# Ashy's Knives



## ashy2classy

First installment with new shoes. Got them rehandled by Tony at LaSeur knives. My materials and designs, his fantastic work. Will be posting more as they're completed...

Knife: Toyama 210mm gyuto
Handle: Maple burl + copper + bias-cut black palm




Knife: Toyama 150mm petty
Handle: Maple burl + copper + bias-cut black palm




Knife: Fujiwara Teruyasu Maboroshi 210mm gyuto
Handle: Ironwood + imitation musk ox horn + bog oak




Knife: Fujiwara Teruyasu Denka 210mm gyuto
Handle: Buckeye burl + nickel silver + bog oak + nickel silver + buckeye burl




Knife: Kato Standard 210mm gyuto
Handle: Koa + ivory paper micarta + koa




Knife: Devin Thomas ITK 225mm gyuto
Handle: Narra beeswing + white Elforyn + black paper micarta


----------



## mc2442

Some great knives there! I really like the handle on the FT.


----------



## slobound

Love the wood choice on the TF


----------



## Grunt173

Great looking knives and handles. It would be hard to pick a favorite.


----------



## juniperburl

Love these designs, especially that buckeyeburl/bog oak on the Denka. What inspired this design?


----------



## ashy2classy

juniperburl said:


> Love these designs, especially that buckeyeburl/bog oak on the Denka. What inspired this design?
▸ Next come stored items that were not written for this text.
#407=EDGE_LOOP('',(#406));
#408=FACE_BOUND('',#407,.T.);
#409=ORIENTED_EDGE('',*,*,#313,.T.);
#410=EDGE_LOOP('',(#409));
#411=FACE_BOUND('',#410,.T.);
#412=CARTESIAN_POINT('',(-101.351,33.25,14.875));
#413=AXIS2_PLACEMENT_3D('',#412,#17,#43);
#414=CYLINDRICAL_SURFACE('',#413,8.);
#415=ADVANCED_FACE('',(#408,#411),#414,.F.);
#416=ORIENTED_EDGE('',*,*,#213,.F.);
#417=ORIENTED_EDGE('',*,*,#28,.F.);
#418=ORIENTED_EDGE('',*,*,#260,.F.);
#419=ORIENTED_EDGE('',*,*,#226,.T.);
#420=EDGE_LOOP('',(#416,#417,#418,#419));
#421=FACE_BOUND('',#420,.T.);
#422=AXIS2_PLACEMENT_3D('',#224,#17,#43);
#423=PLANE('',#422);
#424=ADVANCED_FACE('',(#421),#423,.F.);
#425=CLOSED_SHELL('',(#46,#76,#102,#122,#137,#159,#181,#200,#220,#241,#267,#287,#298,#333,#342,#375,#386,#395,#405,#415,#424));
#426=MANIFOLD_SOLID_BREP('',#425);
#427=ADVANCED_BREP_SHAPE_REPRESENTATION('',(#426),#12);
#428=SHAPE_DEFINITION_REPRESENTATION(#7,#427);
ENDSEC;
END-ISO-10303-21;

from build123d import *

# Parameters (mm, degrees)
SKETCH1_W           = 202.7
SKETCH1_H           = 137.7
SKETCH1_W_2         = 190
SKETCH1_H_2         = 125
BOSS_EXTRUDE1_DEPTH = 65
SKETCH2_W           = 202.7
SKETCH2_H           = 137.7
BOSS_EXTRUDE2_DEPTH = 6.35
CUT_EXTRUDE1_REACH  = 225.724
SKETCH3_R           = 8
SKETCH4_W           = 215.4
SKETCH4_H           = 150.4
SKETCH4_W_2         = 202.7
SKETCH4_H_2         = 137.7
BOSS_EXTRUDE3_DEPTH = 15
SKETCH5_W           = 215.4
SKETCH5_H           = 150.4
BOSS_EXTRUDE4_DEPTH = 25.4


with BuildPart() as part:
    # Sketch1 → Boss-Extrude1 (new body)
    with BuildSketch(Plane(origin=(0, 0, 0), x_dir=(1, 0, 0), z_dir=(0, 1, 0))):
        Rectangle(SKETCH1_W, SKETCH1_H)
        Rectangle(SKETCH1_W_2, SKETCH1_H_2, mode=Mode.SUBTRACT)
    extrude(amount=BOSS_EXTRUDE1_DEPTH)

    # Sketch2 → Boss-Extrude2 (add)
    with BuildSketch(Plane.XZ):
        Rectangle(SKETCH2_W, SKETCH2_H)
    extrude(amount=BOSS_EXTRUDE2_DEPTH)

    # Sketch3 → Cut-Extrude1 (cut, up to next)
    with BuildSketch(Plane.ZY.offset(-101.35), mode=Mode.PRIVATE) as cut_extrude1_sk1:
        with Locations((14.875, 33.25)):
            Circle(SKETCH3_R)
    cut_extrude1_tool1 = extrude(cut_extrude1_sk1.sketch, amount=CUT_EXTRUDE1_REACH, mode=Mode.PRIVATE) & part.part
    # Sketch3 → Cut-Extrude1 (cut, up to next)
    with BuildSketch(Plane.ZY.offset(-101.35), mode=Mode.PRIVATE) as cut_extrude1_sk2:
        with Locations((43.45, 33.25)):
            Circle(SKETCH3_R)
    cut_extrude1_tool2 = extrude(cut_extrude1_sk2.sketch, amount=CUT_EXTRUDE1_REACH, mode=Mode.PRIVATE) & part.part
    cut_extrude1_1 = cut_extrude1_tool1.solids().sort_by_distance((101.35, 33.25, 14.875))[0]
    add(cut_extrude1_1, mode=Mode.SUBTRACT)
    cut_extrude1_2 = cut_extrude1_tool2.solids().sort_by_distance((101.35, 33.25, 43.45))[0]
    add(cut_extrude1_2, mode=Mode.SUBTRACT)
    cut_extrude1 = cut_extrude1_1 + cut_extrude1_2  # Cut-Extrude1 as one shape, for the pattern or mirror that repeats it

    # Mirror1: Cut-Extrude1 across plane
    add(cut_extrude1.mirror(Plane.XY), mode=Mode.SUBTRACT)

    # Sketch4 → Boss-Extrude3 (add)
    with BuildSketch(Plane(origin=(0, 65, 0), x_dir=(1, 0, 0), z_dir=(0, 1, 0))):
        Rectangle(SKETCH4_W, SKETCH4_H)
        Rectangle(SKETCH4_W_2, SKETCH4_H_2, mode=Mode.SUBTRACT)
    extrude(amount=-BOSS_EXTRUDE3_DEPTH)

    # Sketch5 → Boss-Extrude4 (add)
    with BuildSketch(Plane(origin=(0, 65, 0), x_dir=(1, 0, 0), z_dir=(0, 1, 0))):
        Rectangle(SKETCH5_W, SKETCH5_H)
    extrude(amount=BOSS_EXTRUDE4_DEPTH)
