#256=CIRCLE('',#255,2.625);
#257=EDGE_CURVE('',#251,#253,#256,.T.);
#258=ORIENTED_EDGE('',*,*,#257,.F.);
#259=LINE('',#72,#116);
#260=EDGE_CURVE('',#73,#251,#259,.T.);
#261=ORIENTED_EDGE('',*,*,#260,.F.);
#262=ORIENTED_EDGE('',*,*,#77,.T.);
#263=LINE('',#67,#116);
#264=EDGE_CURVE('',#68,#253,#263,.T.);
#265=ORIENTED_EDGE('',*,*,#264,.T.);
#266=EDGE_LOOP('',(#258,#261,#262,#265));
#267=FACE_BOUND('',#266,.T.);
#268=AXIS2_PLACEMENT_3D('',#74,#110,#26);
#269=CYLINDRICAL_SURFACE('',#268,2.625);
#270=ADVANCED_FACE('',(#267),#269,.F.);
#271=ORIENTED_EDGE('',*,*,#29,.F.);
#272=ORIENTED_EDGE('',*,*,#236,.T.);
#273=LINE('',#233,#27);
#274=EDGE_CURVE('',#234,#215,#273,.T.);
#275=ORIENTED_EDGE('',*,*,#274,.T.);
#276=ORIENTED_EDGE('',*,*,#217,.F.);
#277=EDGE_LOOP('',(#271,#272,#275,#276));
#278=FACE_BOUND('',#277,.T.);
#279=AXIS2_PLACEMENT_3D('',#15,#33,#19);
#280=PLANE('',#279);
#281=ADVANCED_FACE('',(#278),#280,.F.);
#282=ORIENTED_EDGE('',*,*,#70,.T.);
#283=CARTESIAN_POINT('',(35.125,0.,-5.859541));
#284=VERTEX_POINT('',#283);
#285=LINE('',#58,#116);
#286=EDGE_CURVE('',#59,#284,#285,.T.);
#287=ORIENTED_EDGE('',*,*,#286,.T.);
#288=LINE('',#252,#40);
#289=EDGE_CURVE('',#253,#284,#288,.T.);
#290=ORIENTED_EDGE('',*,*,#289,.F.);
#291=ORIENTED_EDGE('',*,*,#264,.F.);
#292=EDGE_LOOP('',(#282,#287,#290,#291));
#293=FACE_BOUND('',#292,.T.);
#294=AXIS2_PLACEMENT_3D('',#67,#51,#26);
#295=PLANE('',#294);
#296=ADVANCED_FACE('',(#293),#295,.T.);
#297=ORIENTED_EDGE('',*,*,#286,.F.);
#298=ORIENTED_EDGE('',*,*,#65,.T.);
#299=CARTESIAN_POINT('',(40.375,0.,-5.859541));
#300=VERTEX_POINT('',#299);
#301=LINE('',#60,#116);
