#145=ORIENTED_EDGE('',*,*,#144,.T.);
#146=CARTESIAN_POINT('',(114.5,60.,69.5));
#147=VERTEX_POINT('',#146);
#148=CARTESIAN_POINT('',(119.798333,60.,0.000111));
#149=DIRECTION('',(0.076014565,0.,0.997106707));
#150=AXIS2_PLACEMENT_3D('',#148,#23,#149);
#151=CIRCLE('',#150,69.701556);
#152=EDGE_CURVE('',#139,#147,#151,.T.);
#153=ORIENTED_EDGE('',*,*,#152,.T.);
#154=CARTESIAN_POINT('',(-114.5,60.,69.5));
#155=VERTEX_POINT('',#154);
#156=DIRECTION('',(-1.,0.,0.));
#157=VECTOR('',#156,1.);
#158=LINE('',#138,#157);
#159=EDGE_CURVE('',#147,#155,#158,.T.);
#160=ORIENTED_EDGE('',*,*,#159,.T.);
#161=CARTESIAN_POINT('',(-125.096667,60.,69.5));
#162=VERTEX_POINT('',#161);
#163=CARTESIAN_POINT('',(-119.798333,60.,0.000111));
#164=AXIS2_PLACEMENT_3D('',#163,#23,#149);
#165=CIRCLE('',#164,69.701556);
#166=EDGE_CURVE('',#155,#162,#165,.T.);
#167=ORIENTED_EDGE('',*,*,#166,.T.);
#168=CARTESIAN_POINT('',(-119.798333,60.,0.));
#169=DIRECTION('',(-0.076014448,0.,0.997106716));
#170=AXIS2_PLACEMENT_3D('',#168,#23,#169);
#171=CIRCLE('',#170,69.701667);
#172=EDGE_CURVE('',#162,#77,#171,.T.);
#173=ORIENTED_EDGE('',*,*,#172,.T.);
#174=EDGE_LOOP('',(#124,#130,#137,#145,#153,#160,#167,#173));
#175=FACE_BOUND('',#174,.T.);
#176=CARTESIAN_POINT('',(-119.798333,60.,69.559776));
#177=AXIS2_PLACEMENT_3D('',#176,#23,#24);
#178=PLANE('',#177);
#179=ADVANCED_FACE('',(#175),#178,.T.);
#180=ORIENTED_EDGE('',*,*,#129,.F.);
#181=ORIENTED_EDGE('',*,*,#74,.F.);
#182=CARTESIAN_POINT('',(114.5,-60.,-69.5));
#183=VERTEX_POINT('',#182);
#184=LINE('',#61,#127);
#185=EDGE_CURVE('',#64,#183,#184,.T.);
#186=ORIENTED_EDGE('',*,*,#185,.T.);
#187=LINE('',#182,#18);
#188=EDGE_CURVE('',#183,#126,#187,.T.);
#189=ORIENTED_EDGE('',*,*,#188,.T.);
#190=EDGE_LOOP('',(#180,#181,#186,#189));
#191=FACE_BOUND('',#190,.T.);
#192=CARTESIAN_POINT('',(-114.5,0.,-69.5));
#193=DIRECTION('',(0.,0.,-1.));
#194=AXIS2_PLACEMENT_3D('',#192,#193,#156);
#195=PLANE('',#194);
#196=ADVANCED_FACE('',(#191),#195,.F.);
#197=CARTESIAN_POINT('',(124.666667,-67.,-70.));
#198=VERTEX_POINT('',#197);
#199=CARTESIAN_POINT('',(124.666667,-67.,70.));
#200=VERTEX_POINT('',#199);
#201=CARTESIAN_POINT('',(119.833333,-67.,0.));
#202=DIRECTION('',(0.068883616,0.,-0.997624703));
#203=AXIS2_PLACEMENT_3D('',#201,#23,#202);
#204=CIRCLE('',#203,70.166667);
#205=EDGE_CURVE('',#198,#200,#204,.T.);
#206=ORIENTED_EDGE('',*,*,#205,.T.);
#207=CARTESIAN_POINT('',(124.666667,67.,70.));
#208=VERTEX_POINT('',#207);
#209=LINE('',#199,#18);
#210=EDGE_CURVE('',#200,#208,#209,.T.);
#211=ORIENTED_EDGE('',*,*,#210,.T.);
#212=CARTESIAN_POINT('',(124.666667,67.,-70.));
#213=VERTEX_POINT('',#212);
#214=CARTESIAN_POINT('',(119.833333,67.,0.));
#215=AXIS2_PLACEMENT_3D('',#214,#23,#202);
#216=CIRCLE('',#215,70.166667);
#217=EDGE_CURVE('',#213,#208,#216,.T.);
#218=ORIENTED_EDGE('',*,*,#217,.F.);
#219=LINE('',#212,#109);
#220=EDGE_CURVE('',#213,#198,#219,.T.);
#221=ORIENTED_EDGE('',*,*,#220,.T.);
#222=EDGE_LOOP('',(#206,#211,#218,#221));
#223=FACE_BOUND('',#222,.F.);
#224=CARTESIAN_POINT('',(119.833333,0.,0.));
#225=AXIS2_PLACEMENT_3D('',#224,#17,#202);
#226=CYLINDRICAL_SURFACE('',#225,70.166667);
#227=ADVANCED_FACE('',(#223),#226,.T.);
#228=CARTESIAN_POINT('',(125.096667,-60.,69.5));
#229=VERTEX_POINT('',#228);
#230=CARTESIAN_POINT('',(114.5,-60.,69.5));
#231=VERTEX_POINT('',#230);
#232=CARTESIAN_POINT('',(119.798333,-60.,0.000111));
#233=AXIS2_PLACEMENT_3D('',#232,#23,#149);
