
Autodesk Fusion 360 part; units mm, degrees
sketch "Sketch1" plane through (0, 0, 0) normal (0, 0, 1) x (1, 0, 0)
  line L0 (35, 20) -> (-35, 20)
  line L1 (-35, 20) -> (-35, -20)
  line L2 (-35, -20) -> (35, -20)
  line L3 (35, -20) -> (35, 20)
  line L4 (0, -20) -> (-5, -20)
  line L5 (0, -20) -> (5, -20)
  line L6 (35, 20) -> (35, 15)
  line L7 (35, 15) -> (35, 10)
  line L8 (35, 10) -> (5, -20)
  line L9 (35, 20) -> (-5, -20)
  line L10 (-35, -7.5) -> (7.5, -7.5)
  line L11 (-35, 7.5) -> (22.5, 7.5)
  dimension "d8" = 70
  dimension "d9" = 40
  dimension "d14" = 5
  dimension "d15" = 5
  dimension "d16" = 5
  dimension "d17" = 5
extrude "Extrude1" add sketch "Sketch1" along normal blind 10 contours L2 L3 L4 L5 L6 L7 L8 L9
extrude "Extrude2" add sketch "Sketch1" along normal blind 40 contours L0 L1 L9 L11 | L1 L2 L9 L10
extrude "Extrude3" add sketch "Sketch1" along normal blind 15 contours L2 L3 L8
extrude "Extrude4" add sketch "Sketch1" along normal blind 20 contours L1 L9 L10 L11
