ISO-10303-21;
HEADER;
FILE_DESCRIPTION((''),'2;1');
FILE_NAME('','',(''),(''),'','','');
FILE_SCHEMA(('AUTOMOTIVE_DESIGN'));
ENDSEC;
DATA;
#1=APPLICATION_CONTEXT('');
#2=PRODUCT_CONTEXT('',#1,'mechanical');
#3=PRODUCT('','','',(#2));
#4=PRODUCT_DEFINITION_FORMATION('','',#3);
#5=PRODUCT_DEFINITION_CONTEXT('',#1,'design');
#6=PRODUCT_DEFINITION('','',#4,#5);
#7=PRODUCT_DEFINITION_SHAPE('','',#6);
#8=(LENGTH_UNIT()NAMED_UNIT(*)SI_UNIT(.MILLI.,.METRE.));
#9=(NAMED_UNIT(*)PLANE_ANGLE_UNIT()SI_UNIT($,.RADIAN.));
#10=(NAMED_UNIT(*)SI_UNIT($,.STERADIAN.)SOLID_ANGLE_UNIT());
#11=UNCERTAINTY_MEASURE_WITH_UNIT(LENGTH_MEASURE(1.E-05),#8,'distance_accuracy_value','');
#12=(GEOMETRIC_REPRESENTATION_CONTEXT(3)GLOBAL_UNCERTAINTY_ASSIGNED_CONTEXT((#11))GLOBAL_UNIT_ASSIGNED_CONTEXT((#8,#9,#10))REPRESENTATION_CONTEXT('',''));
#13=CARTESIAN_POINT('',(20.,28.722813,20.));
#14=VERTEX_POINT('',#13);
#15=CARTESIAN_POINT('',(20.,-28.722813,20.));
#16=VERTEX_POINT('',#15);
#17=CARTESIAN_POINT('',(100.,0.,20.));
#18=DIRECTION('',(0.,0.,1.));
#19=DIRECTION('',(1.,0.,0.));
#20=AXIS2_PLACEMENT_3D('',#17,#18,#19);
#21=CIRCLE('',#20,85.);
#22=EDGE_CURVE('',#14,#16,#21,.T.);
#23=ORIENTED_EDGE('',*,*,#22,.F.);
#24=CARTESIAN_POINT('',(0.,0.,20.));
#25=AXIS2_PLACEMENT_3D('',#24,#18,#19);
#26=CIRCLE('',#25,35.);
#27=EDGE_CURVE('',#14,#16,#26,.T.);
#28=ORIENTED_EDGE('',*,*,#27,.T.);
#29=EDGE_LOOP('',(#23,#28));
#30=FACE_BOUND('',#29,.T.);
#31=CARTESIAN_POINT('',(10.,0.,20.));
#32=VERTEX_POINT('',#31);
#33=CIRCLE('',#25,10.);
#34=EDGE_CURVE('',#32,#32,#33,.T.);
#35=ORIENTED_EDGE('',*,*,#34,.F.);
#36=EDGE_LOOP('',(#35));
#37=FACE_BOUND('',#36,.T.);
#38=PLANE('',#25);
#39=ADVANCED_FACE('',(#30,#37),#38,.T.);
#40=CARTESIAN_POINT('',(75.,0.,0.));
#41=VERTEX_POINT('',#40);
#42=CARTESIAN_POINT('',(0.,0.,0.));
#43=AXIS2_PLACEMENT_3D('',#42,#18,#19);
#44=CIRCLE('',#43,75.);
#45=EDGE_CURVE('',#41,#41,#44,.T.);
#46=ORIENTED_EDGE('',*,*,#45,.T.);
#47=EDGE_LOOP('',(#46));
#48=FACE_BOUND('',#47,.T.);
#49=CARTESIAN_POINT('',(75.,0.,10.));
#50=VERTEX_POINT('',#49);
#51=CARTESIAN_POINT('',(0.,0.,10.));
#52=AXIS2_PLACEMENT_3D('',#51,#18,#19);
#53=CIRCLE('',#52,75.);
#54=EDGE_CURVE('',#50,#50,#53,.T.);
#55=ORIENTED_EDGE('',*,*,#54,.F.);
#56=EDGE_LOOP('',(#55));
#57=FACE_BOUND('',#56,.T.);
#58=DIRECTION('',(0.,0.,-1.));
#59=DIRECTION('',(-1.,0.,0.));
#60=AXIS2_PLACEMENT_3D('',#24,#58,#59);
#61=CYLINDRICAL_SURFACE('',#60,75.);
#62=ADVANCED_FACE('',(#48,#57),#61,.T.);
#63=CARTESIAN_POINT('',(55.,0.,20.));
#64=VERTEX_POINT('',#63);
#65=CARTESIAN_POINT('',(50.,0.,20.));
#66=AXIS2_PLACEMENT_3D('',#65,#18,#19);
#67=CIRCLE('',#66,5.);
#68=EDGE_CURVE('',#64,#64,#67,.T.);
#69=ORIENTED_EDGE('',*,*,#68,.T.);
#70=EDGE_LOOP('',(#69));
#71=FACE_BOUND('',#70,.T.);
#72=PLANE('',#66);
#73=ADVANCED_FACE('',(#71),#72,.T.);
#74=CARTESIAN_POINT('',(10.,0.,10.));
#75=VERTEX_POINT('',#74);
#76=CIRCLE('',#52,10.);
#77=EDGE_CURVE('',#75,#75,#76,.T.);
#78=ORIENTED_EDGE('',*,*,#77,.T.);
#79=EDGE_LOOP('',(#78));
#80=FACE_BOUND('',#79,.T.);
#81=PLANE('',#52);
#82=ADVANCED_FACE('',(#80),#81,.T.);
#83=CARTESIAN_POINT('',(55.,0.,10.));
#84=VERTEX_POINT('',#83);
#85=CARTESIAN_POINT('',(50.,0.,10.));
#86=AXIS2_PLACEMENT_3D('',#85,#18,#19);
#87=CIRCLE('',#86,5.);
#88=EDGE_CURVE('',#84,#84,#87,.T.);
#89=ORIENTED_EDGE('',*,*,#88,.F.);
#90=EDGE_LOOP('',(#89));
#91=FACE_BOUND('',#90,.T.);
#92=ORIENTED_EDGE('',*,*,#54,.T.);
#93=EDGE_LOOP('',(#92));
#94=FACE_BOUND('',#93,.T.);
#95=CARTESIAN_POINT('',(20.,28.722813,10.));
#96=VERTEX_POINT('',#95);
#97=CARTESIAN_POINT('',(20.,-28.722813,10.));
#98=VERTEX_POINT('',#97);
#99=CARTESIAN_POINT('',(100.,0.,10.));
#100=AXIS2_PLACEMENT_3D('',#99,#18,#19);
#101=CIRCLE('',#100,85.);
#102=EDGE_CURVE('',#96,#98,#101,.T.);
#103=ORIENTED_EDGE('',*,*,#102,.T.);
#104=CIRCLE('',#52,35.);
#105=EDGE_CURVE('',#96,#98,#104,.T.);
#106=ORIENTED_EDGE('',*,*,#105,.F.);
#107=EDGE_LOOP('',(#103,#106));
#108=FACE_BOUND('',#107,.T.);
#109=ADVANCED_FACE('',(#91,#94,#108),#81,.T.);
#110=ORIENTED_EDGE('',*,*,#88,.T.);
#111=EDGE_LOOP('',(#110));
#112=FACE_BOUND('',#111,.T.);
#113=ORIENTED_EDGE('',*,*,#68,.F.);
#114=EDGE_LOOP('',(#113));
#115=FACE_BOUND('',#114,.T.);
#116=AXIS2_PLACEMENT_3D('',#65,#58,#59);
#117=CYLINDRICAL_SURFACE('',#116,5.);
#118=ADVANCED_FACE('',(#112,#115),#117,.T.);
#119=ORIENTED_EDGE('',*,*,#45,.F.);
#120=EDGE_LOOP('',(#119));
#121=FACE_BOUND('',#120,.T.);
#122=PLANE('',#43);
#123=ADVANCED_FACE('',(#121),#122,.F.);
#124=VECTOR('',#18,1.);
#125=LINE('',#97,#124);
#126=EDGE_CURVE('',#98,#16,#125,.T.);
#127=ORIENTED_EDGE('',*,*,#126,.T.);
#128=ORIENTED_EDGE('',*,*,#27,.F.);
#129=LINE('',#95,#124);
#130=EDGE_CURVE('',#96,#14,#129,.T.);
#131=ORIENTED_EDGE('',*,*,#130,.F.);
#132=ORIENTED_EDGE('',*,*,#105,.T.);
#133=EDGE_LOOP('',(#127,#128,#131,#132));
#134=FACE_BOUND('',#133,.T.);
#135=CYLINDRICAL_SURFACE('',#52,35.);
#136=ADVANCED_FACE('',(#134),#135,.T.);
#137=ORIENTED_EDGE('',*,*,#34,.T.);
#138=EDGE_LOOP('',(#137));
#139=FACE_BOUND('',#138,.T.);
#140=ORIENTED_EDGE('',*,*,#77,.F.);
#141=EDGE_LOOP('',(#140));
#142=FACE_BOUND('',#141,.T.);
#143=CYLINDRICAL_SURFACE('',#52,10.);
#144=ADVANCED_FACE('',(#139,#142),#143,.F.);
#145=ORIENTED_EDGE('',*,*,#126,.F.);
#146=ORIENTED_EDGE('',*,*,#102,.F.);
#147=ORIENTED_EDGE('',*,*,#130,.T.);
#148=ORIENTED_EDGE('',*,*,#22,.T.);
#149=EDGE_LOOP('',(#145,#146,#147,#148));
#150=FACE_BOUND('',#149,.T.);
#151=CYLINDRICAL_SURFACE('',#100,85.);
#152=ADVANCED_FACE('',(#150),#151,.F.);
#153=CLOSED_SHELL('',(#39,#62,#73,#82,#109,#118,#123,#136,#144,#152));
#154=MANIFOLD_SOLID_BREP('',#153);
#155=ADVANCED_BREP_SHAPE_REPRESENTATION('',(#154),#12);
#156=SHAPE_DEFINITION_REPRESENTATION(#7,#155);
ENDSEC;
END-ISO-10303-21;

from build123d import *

# Parameters (mm, degrees)
CROQUIS1_R              = 75
SALIENTE_EXTRUIR1_DEPTH = 20
CROQUIS2_R              = 10
CORTAR_EXTRUIR1_DEPTH   = 10
CORTAR_EXTRUIR2_START   = -10
CROQUIS3_R              = 75
CROQUIS3_R_2            = 35
CORTAR_EXTRUIR2_DEPTH   = 10
CROQUIS4_R              = 5
SALIENTE_EXTRUIR3_DEPTH = 10
CORTAR_EXTRUIR3_START   = -10
CORTAR_EXTRUIR3_DEPTH   = 10


with BuildPart() as part:
    # Croquis1 → Saliente-Extruir1 (new body)
    with BuildSketch(Plane.XY):
        Circle(CROQUIS1_R)
    extrude(amount=SALIENTE_EXTRUIR1_DEPTH)

    # Croquis2 → Cortar-Extruir1 (cut)
    with BuildSketch(Plane.XY.offset(20)):
        Circle(CROQUIS2_R)
    extrude(amount=-CORTAR_EXTRUIR1_DEPTH, mode=Mode.SUBTRACT)

    # Croquis3 → Cortar-Extruir2 (cut)
    with BuildSketch(Plane.XY.offset(20).offset(CORTAR_EXTRUIR2_START)):
        Circle(CROQUIS3_R)
        Circle(CROQUIS3_R_2, mode=Mode.SUBTRACT)
    extrude(amount=CORTAR_EXTRUIR2_DEPTH, mode=Mode.SUBTRACT)

    # Croquis4 → Saliente-Extruir3 (add)
    with BuildSketch(Plane.XY.offset(10)):
        with Locations((50, 0)):
            Circle(CROQUIS4_R)
    extrude(amount=SALIENTE_EXTRUIR3_DEPTH)

    # Croquis5 → Cortar-Extruir3 (cut)
    with BuildSketch(Plane.XY.offset(20).offset(CORTAR_EXTRUIR3_START)):
        with BuildLine():
            ThreePointArc((20, 28.722813233), (15, 0), (20, -28.722813233))
            ThreePointArc((20, -28.722813233), (35, 0), (20, 28.722813233))
        make_face()
    extrude(amount=CORTAR_EXTRUIR3_DEPTH, mode=Mode.SUBTRACT)


solid = part.part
Thanks, @juniperburl! CarbonKnifeCo.com sold a Takeda gyuto some time ago with a custom Cody handle (see photo below) and I knew I wanted to use the same design on a KU knife of mine. The handle for the Denka is one of my favorites. I love it!


----------



## juniperburl

Happy you like the design enough to to emulate it. That's one of mine, and it has always been one of my favorite designs. Lots of cool tones that do work well with kurouchi. Cheers, Cody


----------



## nakneker

As always Ashy, those are superb. Classy and well done.


----------



## ashy2classy

juniperburl said:


> Happy you like the design enough to to emulate it. That's one of mine, and it has always been one of my favorite designs. Lots of cool tones that do work well with kurouchi. Cheers, Cody



LOL! You're going by a different handle (no pun intended ) now??? Regardless, your work is fantastic. Now I feel embarrassed with my reply not knowing it was you. 
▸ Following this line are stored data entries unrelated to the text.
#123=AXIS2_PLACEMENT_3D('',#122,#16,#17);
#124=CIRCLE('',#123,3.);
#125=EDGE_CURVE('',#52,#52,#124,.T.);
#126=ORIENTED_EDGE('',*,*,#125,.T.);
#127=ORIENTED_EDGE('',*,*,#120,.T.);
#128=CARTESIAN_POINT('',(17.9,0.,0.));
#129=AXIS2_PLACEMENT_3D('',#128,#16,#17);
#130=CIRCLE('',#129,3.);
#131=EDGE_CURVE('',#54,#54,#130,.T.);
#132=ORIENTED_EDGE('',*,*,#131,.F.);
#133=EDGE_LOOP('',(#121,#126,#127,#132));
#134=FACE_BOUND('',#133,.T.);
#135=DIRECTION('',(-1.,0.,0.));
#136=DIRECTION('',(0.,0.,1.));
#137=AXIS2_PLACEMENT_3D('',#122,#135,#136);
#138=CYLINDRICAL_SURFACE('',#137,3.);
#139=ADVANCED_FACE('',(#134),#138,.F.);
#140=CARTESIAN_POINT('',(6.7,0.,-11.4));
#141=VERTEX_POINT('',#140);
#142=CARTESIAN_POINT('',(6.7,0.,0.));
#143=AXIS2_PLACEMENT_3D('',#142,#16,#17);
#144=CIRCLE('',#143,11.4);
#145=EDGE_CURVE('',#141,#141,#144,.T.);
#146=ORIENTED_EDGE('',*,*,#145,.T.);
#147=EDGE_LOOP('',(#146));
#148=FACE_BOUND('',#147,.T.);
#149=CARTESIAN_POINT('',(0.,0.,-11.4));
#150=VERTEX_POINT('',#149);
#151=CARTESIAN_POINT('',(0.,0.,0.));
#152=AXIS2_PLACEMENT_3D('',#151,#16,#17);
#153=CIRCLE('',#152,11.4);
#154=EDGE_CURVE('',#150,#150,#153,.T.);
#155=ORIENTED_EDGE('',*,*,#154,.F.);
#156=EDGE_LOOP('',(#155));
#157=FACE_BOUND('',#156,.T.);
Having my Kato WH done with Koa, nickel silver and blackwood like the handles you did for both Mizuno Honyaki for Carbon. I know it was Taz. blackwood and not Koa, but it's pretty close.  Looking forward to seeing how it turns out. Hope you don't mind that I'm trying to have the designs replicated!


----------



## ashy2classy

nakneker said:


> As always Ashy, those are superb. Classy and well done.



Thanks, Sean! I like simple designs. I take a lot of my inspiration from Bloodroot Blades' handles. What they do with the wood they have available is AWESOME! Of course, as seen above, I've also taken ideas from Cody, Haburn (Maboroshi), and Isaiah Schroeder (Toyamas).


----------



## nakneker

ashy2classy said:


> Thanks, Sean! I like simple designs. I take a lot of my inspiration from Bloodroot Blades' handles. What they do with the wood they have available is AWESOME! Of course, as seen above, I've also taken ideas from Cody, Haburn (Maboroshi), and Isaiah Schroeder (Toyamas).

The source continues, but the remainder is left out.